*** INPUT DATA ***

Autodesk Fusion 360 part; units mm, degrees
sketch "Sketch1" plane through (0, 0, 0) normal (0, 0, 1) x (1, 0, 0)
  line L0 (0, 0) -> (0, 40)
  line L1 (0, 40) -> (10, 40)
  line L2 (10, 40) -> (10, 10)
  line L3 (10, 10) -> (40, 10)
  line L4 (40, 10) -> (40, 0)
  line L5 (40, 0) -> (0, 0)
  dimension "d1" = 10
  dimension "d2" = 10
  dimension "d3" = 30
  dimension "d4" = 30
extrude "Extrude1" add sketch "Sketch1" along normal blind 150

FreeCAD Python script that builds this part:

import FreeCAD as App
import Part
import Sketcher

V = App.Vector


def add_polygon(sketch, points):
    """Adds a closed chain of lines whose ends are joined by coincident constraints."""
    first, n = sketch.GeometryCount, len(points)
    for a, b in zip(points, points[1:] + points[:1]):
        sketch.addGeometry(Part.LineSegment(App.Vector(*a, 0), App.Vector(*b, 0)), False)
    for i in range(n):
        sketch.addConstraint(Sketcher.Constraint("Coincident", first + i, 2, first + (i + 1) % n, 1))

doc = App.newDocument("Part")
body = doc.addObject("PartDesign::Body", "Body")

sketch1 = body.newObject("Sketcher::SketchObject", "Sketch")
sketch1.AttachmentSupport = (doc.getObject("XY_Plane"), [""])
sketch1.MapMode = "FlatFace"
add_polygon(sketch1, [(0, 40), (0, 0), (40, 0), (40, 10), (10, 10), (10, 40)])
sketch1.addConstraint([
    Sketcher.Constraint("Vertical", 0),
    Sketcher.Constraint("Horizontal", 1),
    Sketcher.Constraint("Vertical", 2),
    Sketcher.Constraint("Horizontal", 3),
    Sketcher.Constraint("Vertical", 4),
    Sketcher.Constraint("Horizontal", 5),
    Sketcher.Constraint("Coincident", 0, 2, -1, 1),
    Sketcher.Constraint("Equal", 1, 0),
    Sketcher.Constraint("Equal", 5, 2),
    Sketcher.Constraint("DistanceX", 3, 2, 3, 1, 30.0),
    Sketcher.Constraint("DistanceX", 5, 2, 5, 1, 10.0),
])
pad1 = body.newObject("PartDesign::Pad", "Pad")
pad1.Profile = sketch1
pad1.Length = 150

doc.recompute()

*** End of INPUT DATA ***

WHAT IS NEEDED:
When the line containing "line L5 (40, 0) -> (0, 0)" is found in the records above, restate it and every later line word for word through the last one, and nothing more.

TASK OUTPUT:
  line L5 (40, 0) -> (0, 0)
  dimension "d1" = 10
  dimension "d2" = 10
  dimension "d3" = 30
  dimension "d4" = 30
extrude "Extrude1" add sketch "Sketch1" along normal blind 150

FreeCAD Python script that builds this part:

import FreeCAD as App
import Part
import Sketcher

V = App.Vector


def add_polygon(sketch, points):
    """Adds a closed chain of lines whose ends are joined by coincident constraints."""
    first, n = sketch.GeometryCount, len(points)
    for a, b in zip(points, points[1:] + points[:1]):
        sketch.addGeometry(Part.LineSegment(App.Vector(*a, 0), App.Vector(*b, 0)), False)
    for i in range(n):
        sketch.addConstraint(Sketcher.Constraint("Coincident", first + i, 2, first + (i + 1) % n, 1))

doc = App.newDocument("Part")
body = doc.addObject("PartDesign::Body", "Body")

sketch1 = body.newObject("Sketcher::SketchObject", "Sketch")
sketch1.AttachmentSupport = (doc.getObject("XY_Plane"), [""])
sketch1.MapMode = "FlatFace"
add_polygon(sketch1, [(0, 40), (0, 0), (40, 0), (40, 10), (10, 10), (10, 40)])
sketch1.addConstraint([
    Sketcher.Constraint("Vertical", 0),
    Sketcher.Constraint("Horizontal", 1),
    Sketcher.Constraint("Vertical", 2),
    Sketcher.Constraint("Horizontal", 3),
    Sketcher.Constraint("Vertical", 4),
    Sketcher.Constraint("Horizontal", 5),
    Sketcher.Constraint("Coincident", 0, 2, -1, 1),
    Sketcher.Constraint("Equal", 1, 0),
    Sketcher.Constraint("Equal", 5, 2),
    Sketcher.Constraint("DistanceX", 3, 2, 3, 1, 30.0),
    Sketcher.Constraint("DistanceX", 5, 2, 5, 1, 10.0),
])
pad1 = body.newObject("PartDesign::Pad", "Pad")
pad1.Profile = sketch1
pad1.Length = 150

doc.recompute()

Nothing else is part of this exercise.